- Film poster
- Italian: È stato il figlio
- Directed by: Daniele Ciprì
- Written by: Roberto Alajmo; Daniele Ciprì; Massimo Gaudioso; Miriam Rizzo;
- Produced by: Alessandra Acciai Giorgio Magliulo
- Starring: Toni Servillo
- Cinematography: Daniele Ciprì
- Release date: 1 September 2012 (Venice);
- Running time: 90 minutes
- Country: Italy
- Language: Italian

= It Was the Son =

2012 film

It Was the Son (È stato il figlio) is a 2012 Italian comedy-drama film directed by Daniele Ciprì.
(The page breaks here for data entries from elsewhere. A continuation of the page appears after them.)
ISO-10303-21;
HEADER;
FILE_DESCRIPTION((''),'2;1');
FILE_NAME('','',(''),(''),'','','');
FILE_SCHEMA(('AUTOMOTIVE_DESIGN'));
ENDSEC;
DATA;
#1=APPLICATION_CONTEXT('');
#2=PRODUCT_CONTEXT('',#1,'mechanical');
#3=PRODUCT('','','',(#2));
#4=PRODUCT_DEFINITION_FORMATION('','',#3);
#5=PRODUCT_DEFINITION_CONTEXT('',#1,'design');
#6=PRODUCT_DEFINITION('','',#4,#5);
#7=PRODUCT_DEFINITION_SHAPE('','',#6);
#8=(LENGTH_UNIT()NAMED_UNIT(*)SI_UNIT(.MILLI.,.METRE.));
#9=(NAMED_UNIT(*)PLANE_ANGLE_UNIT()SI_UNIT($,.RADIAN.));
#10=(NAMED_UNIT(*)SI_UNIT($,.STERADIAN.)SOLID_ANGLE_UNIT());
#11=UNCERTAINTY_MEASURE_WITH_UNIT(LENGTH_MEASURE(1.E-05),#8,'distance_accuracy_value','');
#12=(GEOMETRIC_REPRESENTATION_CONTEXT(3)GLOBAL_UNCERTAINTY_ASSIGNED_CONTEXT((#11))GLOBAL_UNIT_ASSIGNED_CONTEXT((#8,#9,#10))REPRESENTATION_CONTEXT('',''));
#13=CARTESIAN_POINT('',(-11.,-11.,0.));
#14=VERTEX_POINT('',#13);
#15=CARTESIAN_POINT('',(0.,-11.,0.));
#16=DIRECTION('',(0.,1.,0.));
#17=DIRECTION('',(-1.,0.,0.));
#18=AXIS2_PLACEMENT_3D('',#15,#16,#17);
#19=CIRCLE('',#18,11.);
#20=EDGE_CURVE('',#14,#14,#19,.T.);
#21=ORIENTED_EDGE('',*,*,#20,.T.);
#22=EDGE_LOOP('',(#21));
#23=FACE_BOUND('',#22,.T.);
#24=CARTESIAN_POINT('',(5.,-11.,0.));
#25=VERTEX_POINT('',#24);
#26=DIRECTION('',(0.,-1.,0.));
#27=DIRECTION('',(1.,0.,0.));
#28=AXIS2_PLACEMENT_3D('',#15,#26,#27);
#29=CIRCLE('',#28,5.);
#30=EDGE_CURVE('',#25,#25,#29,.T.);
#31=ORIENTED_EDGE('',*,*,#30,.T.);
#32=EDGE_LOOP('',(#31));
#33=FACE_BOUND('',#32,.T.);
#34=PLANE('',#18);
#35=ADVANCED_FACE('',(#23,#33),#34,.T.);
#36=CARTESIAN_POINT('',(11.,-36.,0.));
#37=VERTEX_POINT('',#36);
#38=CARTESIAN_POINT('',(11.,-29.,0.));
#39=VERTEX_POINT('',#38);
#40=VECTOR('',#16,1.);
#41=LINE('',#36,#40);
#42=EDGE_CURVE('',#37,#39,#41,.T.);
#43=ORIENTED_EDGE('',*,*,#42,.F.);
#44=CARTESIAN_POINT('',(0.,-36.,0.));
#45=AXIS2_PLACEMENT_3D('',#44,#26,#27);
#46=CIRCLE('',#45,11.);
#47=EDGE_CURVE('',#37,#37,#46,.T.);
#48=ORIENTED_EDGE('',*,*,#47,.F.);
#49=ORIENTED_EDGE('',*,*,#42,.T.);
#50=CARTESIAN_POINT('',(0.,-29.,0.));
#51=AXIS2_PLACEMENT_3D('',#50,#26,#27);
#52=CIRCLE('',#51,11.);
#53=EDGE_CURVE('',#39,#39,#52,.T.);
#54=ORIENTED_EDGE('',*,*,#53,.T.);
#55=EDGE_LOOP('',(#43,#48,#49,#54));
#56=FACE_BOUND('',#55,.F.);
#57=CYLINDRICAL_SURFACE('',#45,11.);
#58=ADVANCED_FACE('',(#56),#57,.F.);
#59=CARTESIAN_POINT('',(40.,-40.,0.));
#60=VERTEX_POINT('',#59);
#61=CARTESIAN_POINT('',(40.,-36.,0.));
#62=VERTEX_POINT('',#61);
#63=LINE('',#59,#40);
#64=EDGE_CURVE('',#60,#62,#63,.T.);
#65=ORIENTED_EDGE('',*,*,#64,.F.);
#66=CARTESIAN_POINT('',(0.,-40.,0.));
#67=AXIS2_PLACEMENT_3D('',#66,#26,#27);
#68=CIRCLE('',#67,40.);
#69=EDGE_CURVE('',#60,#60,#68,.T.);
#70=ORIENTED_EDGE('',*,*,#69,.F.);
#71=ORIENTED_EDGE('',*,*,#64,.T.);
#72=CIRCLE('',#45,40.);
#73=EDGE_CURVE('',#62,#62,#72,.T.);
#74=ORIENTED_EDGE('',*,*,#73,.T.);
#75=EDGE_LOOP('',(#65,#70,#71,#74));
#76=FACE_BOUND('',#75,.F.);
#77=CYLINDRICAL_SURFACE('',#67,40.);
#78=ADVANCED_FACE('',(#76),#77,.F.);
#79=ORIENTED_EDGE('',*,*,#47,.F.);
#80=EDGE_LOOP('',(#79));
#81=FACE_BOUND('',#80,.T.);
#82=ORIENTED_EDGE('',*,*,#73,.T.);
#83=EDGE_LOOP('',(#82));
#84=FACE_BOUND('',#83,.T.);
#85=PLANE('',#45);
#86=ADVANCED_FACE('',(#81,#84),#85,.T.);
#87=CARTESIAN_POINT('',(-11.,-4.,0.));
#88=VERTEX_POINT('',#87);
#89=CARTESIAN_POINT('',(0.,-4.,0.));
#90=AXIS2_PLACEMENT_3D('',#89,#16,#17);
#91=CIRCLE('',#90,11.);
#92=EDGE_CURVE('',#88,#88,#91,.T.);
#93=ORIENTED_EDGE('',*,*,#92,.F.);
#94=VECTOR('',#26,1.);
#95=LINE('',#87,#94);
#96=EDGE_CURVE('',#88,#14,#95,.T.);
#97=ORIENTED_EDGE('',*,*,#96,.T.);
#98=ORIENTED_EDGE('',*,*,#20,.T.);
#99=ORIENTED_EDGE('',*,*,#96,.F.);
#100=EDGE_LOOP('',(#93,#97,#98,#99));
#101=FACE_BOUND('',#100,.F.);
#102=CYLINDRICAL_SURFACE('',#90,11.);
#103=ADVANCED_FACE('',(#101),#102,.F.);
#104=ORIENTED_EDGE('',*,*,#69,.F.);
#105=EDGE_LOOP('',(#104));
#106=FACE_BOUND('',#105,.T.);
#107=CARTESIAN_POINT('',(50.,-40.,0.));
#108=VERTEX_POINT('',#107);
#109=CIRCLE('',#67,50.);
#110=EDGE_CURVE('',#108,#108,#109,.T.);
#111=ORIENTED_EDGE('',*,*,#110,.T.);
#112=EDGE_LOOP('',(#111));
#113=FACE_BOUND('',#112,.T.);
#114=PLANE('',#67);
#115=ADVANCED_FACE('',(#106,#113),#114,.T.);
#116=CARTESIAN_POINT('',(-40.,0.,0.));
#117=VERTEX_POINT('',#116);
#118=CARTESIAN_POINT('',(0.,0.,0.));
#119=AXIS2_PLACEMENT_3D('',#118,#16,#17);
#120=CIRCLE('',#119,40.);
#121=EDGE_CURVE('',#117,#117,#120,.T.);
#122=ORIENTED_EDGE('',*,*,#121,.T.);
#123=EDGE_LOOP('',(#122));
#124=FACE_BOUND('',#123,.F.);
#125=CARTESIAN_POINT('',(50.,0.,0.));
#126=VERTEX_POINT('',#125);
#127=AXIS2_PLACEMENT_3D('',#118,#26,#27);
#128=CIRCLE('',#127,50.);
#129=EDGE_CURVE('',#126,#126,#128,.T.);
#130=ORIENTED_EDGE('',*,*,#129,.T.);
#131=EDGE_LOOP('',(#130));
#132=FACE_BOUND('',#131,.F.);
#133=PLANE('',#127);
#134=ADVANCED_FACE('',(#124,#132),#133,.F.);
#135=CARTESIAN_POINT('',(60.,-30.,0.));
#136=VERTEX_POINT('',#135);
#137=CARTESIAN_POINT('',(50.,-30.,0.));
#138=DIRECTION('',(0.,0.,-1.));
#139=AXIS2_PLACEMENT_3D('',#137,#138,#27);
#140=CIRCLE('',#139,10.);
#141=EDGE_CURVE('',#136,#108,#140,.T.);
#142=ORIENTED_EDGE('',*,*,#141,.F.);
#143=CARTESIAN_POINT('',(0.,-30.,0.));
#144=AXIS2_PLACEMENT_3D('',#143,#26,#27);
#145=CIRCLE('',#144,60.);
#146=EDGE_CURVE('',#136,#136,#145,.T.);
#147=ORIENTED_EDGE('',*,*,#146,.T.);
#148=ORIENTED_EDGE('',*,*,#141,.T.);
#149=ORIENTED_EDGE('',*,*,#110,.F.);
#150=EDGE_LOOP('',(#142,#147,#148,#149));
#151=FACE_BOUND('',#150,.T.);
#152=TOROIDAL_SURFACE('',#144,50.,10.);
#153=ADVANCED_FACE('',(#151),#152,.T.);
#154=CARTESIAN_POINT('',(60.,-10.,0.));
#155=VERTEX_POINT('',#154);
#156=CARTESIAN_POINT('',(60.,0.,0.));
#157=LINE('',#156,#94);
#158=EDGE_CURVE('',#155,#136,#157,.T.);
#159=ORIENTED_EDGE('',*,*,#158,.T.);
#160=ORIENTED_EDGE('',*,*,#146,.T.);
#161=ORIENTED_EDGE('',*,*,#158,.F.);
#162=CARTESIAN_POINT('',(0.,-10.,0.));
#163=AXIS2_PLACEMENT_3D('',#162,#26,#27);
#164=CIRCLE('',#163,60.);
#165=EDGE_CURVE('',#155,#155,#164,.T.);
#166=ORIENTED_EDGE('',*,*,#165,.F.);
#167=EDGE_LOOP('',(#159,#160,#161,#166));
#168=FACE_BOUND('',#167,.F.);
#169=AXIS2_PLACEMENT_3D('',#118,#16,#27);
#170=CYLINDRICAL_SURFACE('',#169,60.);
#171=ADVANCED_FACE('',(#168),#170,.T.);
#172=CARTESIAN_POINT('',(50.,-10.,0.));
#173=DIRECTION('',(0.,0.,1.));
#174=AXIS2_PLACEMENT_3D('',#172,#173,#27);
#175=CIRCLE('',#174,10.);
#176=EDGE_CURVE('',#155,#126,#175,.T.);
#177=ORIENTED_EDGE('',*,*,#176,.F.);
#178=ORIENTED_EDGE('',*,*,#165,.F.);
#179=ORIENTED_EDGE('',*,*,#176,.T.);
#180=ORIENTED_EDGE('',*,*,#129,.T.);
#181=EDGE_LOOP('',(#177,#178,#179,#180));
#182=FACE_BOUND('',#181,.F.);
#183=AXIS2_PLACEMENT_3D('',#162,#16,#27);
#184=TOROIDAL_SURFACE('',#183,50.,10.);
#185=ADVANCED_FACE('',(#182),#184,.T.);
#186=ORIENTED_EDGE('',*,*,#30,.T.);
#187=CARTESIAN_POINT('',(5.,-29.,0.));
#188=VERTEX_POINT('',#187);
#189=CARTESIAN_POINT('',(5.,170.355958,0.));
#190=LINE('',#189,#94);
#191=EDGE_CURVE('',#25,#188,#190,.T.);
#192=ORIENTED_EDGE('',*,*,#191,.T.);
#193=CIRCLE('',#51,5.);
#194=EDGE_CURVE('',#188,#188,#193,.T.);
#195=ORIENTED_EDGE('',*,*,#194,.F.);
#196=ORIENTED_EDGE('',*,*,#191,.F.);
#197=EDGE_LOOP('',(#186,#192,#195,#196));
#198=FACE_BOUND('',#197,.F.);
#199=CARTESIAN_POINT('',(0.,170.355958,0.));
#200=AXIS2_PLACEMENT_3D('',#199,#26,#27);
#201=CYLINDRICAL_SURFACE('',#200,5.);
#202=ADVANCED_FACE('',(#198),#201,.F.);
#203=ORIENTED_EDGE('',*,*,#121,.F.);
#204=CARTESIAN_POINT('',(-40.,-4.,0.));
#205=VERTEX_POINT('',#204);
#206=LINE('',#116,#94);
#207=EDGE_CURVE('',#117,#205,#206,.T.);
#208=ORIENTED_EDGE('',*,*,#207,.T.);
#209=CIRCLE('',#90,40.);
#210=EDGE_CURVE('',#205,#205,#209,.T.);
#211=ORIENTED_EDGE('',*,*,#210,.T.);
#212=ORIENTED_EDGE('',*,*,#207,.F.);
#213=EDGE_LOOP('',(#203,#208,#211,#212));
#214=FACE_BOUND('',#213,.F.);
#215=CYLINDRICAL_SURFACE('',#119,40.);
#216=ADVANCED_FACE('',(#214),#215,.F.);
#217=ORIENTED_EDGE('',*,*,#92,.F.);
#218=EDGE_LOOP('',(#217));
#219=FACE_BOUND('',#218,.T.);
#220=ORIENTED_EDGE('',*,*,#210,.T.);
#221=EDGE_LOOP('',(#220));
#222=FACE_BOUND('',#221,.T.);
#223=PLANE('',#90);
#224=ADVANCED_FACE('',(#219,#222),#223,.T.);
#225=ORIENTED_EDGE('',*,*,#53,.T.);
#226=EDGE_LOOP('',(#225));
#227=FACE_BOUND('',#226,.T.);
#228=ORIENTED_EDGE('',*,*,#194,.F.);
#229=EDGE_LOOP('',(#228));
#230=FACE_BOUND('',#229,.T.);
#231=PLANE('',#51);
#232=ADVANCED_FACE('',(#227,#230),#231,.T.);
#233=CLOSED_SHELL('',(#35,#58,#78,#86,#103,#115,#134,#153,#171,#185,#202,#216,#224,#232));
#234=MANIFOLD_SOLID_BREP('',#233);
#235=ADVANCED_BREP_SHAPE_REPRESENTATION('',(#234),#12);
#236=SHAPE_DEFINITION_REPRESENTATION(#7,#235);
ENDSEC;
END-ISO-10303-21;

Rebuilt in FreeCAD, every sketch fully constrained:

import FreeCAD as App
import Part
import Sketcher

V = App.Vector
Q = App.Units.Quantity

doc = App.newDocument("Part")
params = doc.addObject("Spreadsheet::Sheet", "Params")
for row, (alias, value) in enumerate([
    ("sketch1_diameter", "120 mm"),
    ("pad1_length", "40 mm"),
    ("fillet_radius", "10 mm"),
    ("sketch2_diameter", "80 mm"),
    ("pocket1_length", "4 mm"),
    ("sketch3_diameter", "80 mm"),
    ("pocket2_length", "4 mm"),
    ("sketch4_diameter", "22 mm"),
    ("pocket3_length", "7 mm"),
    ("sketch5_diameter", "22 mm"),
    ("pocket4_length", "7 mm"),
    ("sketch6_diameter", "10 mm"),
    ("hole_diameter", "10 mm"),
], start=1):
    params.set(f"A{row}", alias)
    params.set(f"B{row}", "=" + value)
    params.setAlias(f"B{row}", alias)

body = doc.addObject("PartDesign::Body", "Body")

sketch1 = body.newObject("Sketcher::SketchObject", "Sketch")
sketch1.AttachmentSupport = (doc.getObject("XZ_Plane"), [""])
sketch1.MapMode = "FlatFace"
sketch1.addGeometry(Part.Circle(V(0, 0, 0), V(0, 0, 1), 60), False)
sketch1.addConstraint([
    Sketcher.Constraint("Coincident", 0, 3, -1, 1),
    Sketcher.Constraint("Diameter", 0, Q("120 mm")),
])
sketch1.setExpression("Constraints[1]", "Params.sketch1_diameter")
pad1 = body.newObject("PartDesign::Pad", "Pad")
pad1.Profile = sketch1
pad1.setExpression("Length", "Params.pad1_length")
doc.recompute()

fillet = body.newObject("PartDesign::Fillet", "Fillet")
fillet.Base = (pad1, ["Edge1"])
fillet.UseAllEdges = True
fillet.setExpression("Radius", "Params.fillet_radius")

sketch2 = body.newObject("Sketcher::SketchObject", "Sketch001")
sketch2.AttachmentSupport = (doc.getObject("XZ_Plane"), [""])
sketch2.MapMode = "FlatFace"
sketch2.AttachmentOffset = App.Placement(V(0, 0, 40), App.Rotation())
sketch2.addGeometry(Part.Circle(V(0, 0, 0), V(0, 0, 1), 40), False)
sketch2.addConstraint([
    Sketcher.Constraint("Coincident", 0, 3, -1, 1),
    Sketcher.Constraint("Diameter", 0, Q("80 mm")),
])
sketch2.setExpression("Constraints[1]", "Params.sketch2_diameter")
pocket1 = body.newObject("PartDesign::Pocket", "Pocket")
pocket1.Profile = sketch2
pocket1.setExpression("Length", "Params.pocket1_length")

sketch3 = body.newObject("Sketcher::SketchObject", "Sketch002")
sketch3.AttachmentSupport = (doc.getObject("XZ_Plane"), [""])
sketch3.MapMode = "FlatFace"
sketch3.addGeometry(Part.Circle(V(0, 0, 0), V(0, 0, 1), 40), False)
sketch3.addConstraint([
    Sketcher.Constraint("Coincident", 0, 3, -1, 1),
    Sketcher.Constraint("Diameter", 0, Q("80 mm")),
])
sketch3.setExpression("Constraints[1]", "Params.sketch3_diameter")
pocket2 = body.newObject("PartDesign::Pocket", "Pocket001")
pocket2.Profile = sketch3
pocket2.setExpression("Length", "Params.pocket2_length")
pocket2.Reversed = True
The film was selected to compete for the Golden Lion at the 69th Venice International Film Festival, where Ciprì won the Osella for Best Cinematography.

== Premise ==
The main story unfolds within the frame story of an older man waiting to pay bills at a post office in Palermo, who captivates his listeners by promising to tell the story of a boy who killed his father over a scratched car. Nicola Ciraulo is a father (Toni Servillo as Nicola Ciraulo) trying to teach his son (Alfredo Castro as Busu) the basics of his maritime salvage / scavenging business. Soon thereafter, Nicola's daughter is killed by mafioso. This murder entitles the family to compensation for their loss, which brings out their greed and begins the central conflict of the story.

== Cast ==
- Toni Servillo as Nicola Ciraulo
- Giselda Volodi as Loredana Ciraulo
- Alfredo Castro as Busu
- Fabrizio Falco as Tancredi Ciraulo
- Aurora Quattrocchi as Nonna Rosa

== Reception ==

Variety called it "an annoying parody of an Italo pic" and stated that it diminished Italy's international filmmaking reputation. The Hollywood Reporter said that the film "has curiosity value, but it ends up feeling too flat and bleak."